**** Task data

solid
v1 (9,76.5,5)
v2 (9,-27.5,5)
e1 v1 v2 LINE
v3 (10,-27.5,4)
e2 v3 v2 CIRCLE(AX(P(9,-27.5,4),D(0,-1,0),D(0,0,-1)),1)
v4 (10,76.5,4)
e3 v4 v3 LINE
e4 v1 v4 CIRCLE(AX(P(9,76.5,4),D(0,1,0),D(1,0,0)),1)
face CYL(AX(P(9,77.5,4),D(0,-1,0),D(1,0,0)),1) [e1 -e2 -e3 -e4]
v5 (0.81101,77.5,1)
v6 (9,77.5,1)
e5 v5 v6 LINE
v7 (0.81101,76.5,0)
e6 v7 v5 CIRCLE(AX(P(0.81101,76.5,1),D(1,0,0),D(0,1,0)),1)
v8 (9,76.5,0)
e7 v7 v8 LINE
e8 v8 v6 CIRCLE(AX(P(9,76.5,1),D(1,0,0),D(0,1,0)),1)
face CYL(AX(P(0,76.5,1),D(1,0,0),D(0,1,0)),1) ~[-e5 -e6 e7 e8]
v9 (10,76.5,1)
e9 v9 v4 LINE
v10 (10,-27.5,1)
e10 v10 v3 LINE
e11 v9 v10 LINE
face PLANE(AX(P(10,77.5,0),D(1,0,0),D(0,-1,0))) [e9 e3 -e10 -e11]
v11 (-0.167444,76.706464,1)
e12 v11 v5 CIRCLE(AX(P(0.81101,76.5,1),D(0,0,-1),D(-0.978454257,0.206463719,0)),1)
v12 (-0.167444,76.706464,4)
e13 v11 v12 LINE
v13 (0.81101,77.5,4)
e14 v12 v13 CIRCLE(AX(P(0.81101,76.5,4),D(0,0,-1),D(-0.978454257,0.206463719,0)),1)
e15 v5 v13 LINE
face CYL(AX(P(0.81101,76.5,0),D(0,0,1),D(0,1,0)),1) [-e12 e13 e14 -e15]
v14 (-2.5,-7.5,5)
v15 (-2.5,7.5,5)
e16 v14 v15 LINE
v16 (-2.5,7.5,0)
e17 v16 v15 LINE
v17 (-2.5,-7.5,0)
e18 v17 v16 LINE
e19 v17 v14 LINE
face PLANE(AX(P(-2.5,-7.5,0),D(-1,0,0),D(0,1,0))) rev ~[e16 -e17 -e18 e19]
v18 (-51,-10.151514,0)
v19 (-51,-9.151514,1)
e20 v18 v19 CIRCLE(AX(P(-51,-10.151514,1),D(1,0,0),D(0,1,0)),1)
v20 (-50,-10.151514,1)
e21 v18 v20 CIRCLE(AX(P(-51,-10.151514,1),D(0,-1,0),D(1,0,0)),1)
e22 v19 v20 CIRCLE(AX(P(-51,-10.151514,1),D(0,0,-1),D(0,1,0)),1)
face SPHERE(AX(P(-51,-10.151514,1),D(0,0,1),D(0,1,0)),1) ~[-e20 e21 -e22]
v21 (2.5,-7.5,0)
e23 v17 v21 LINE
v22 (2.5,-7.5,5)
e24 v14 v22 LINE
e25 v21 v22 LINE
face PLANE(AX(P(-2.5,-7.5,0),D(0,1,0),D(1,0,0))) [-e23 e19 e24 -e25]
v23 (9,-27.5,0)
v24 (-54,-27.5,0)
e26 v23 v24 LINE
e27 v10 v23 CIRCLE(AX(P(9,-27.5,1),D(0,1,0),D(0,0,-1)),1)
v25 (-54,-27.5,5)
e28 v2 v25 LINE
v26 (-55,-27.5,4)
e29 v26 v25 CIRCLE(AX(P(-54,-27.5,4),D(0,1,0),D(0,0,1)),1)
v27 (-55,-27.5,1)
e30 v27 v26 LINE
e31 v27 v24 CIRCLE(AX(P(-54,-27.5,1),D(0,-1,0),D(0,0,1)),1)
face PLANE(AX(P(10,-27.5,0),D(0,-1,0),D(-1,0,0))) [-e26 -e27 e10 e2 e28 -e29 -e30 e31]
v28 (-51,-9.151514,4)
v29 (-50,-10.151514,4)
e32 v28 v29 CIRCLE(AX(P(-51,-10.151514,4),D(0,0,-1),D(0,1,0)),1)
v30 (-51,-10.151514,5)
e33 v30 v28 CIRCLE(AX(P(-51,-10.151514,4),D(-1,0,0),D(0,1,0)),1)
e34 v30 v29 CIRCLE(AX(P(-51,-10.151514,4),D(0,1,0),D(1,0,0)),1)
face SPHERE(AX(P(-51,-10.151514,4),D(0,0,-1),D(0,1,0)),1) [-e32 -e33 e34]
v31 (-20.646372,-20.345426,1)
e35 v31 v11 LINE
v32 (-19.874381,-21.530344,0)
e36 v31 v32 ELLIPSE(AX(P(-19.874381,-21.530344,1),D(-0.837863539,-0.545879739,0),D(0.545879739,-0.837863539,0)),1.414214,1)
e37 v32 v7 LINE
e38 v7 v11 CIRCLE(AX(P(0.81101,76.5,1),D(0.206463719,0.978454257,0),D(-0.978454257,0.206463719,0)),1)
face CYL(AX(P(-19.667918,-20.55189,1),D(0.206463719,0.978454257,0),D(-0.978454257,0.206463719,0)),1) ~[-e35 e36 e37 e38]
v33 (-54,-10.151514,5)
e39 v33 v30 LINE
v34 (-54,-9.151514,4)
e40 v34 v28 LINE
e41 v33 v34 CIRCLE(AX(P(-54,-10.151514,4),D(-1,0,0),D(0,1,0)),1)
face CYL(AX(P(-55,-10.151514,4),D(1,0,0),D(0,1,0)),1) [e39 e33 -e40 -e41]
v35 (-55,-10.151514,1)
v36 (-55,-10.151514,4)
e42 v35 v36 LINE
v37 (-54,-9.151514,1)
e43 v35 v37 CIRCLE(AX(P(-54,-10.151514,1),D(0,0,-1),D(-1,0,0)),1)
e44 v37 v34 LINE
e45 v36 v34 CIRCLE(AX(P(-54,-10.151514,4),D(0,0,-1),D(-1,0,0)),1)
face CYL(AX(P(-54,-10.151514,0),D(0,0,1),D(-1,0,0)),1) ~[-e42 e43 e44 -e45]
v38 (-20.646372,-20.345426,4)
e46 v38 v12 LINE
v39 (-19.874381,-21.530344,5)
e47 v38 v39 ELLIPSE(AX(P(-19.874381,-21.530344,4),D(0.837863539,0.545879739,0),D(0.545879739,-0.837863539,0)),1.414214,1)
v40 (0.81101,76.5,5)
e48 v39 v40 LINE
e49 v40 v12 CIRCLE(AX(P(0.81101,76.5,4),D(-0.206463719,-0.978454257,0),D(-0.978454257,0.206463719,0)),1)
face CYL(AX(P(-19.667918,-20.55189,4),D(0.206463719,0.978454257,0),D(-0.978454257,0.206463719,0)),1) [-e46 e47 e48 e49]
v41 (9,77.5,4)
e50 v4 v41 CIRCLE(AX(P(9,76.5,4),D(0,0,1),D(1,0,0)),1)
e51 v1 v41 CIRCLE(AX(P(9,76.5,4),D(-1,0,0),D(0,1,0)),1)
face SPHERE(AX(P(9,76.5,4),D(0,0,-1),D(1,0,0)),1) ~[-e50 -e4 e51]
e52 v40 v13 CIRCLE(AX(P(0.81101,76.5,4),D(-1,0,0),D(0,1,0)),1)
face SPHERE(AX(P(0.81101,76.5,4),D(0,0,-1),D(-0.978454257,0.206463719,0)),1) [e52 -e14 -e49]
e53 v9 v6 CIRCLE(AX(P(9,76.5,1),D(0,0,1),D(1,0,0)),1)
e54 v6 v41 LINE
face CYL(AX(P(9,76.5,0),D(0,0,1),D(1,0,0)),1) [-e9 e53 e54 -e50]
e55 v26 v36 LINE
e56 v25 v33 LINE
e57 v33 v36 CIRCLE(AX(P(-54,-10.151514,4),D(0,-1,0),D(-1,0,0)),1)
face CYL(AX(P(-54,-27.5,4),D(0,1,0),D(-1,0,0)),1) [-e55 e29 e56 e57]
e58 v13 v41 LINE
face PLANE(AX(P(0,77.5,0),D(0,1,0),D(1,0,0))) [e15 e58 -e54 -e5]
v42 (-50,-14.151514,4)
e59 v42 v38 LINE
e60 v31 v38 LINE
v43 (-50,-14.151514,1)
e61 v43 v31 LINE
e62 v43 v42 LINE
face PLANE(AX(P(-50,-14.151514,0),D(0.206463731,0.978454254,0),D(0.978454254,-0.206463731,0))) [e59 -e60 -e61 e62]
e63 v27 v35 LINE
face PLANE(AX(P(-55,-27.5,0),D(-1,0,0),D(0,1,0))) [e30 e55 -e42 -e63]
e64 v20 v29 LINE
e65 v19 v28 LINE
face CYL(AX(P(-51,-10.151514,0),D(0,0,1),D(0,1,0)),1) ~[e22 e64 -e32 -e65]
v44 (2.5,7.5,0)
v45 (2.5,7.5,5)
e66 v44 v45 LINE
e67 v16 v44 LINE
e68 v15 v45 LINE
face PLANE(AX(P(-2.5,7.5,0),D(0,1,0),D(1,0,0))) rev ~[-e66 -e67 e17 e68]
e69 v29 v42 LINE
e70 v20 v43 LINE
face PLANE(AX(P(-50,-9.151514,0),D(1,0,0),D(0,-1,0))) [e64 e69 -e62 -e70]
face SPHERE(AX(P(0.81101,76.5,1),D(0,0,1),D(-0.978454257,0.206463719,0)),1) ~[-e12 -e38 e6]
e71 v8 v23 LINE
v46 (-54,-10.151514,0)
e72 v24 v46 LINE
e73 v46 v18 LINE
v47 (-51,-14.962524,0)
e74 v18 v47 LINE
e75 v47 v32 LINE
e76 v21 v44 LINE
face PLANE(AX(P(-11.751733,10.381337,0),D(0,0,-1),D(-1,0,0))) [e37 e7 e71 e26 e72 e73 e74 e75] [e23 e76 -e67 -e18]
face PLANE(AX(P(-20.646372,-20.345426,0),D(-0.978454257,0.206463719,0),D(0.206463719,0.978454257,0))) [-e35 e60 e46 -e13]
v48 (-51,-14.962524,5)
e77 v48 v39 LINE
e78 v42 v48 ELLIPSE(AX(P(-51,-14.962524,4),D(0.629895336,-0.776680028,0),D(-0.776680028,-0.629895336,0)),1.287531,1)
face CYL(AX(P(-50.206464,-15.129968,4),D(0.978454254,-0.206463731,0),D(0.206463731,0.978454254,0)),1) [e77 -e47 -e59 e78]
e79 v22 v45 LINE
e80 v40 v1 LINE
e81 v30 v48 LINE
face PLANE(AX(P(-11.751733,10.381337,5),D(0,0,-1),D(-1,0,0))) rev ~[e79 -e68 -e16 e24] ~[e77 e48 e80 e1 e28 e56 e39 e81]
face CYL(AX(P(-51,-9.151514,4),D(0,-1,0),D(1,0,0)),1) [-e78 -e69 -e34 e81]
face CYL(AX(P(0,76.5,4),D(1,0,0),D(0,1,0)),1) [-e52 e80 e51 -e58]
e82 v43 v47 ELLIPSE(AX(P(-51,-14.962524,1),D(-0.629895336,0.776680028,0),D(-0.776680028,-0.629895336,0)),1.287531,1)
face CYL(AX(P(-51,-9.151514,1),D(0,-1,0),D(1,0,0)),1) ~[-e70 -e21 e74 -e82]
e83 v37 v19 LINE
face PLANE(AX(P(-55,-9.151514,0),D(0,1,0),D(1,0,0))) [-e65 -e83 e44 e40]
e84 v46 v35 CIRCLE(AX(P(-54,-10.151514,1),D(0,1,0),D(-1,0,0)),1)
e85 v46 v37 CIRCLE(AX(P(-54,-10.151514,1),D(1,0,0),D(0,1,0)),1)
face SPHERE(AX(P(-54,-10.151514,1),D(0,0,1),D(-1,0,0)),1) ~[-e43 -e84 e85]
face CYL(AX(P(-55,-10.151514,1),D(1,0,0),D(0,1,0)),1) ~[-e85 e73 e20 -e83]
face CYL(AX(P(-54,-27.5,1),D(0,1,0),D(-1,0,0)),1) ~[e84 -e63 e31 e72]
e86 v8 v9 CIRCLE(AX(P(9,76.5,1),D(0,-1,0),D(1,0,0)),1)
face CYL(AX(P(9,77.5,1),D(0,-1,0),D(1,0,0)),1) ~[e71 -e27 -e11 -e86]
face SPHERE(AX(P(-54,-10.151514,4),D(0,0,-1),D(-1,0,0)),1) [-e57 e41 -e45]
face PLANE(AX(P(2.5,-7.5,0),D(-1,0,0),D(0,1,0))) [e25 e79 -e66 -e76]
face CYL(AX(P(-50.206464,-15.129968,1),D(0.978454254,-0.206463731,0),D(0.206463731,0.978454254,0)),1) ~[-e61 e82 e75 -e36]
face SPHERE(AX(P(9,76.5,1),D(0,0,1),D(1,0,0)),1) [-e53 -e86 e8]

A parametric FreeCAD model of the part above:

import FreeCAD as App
import Part
import Sketcher
Q = App.Units.Quantity


def edges_at(feature, points):
    """Names of the edges that pass closest to the given points."""
    edges = feature.Shape.Edges
    near = lambda p: min(range(len(edges)), key=lambda i: edges[i].distToShape(Part.Vertex(*p))[0])
    return sorted({f"Edge{near(p) + 1}" for p in points})


def add_polygon(sketch, points):
    """Adds a closed chain of lines whose ends are joined by coincident constraints."""
    first, n = sketch.GeometryCount, len(points)
    for a, b in zip(points, points[1:] + points[:1]):
        sketch.addGeometry(Part.LineSegment(App.Vector(*a, 0), App.Vector(*b, 0)), False)
    for i in range(n):
        sketch.addConstraint(Sketcher.Constraint("Coincident", first + i, 2, first + (i + 1) % n, 1))

doc = App.newDocument("Part")
body = doc.addObject("PartDesign::Body", "Body")

# Sketch on XY plane
sketch1 = body.newObject("Sketcher::SketchObject", "Sketch")
sketch1.AttachmentSupport = (doc.getObject("XY_Plane"), [""])
sketch1.MapMode = "FlatFace"
add_polygon(sketch1, [(10, -28), (10, 78), (0, 78), (-21, -20), (-50, -14), (-50, -9), (-55, -9), (-55, -28)])  # lines 0-7
add_polygon(sketch1, [(-2, -8), (-2, 8), (2, 8), (2, -8)])  # lines 8-11
sketch1.addConstraint([
    Sketcher.Constraint("Vertical", 0),
    Sketcher.Constraint("Horizontal", 1),
    Sketcher.Constraint("Vertical", 4),
    Sketcher.Constraint("Horizontal", 5),
    Sketcher.Constraint("Vertical", 6),
    Sketcher.Constraint("Horizontal", 7),
    Sketcher.Constraint("Vertical", 8),
    Sketcher.Constraint("Horizontal", 9),
    Sketcher.Constraint("Vertical", 10),
    Sketcher.Constraint("Horizontal", 11),
    Sketcher.Constraint("Symmetric", 8, 2, 10, 2, -1, 1),
    Sketcher.Constraint("PointOnObject", 1, 2, -2),
    Sketcher.Constraint("Perpendicular", 2, 3),
    Sketcher.Constraint("Equal", 5, 9),
    Sketcher.Constraint("Equal", 11, 4),
    Sketcher.Constraint("DistanceX", 1, 2, 1, 1, Q("10 mm")),
    Sketcher.Constraint("DistanceX", 5, 2, 5, 1, Q("5 mm")),
    Sketcher.Constraint("DistanceX", 7, 1, 7, 2, Q("65 mm")),
    Sketcher.Constraint("DistanceY", 0, 1, 0, 2, Q("105 mm")),
    Sketcher.Constraint("DistanceY", 8, 1, 8, 2, Q("15 mm")),
    Sketcher.Constraint("Distance", 2, Q("100 mm")),
    Sketcher.Constraint("Distance", 3, Q("30 mm")),
    Sketcher.Constraint("DistanceY", 7, 2, 8, 2, Q("35 mm")),
])
pad1 = body.newObject("PartDesign::Pad", "Pad")
pad1.Profile = sketch1
pad1.Length = 5
doc.recompute()

fillet = body.newObject("PartDesign::Fillet", "Fillet")
fillet.Base = (pad1, edges_at(pad1, [
    (10, 77.5, 2.5),
    (10, 25, 0),
    (10, 25, 5),
    (-55, -9.152, 2.5),
    (-55, -18.326, 0),
    (-55, -18.326, 5),
    (-50, -9.152, 2.5),
    (-52.5, -9.152, 0),
    (-52.5, -9.152, 5),
    (-50, -11.652, 0),
    (-50, -11.652, 5),
    (-35.323, -17.248, 0),
    (-35.323, -17.248, 5),
    (0, 77.5, 2.5),
    (-10.323, 28.577, 0),
    (-10.323, 28.577, 5),
    (5, 77.5, 0),
    (5, 77.5, 5),
]))
fillet.Radius = 1

doc.recompute()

********

# [Assigned task]
All lines above between those holding "v16 (-2.5,7.5,0)" and "v20 (-50,-10.151514,1)", inclusive, must be set down unchanged, and no other line may be included.

# [Output of the exercise]
v16 (-2.5,7.5,0)
e17 v16 v15 LINE
v17 (-2.5,-7.5,0)
e18 v17 v16 LINE
e19 v17 v14 LINE
face PLANE(AX(P(-2.5,-7.5,0),D(-1,0,0),D(0,1,0))) rev ~[e16 -e17 -e18 e19]
v18 (-51,-10.151514,0)
v19 (-51,-9.151514,1)
e20 v18 v19 CIRCLE(AX(P(-51,-10.151514,1),D(1,0,0),D(0,1,0)),1)
v20 (-50,-10.151514,1)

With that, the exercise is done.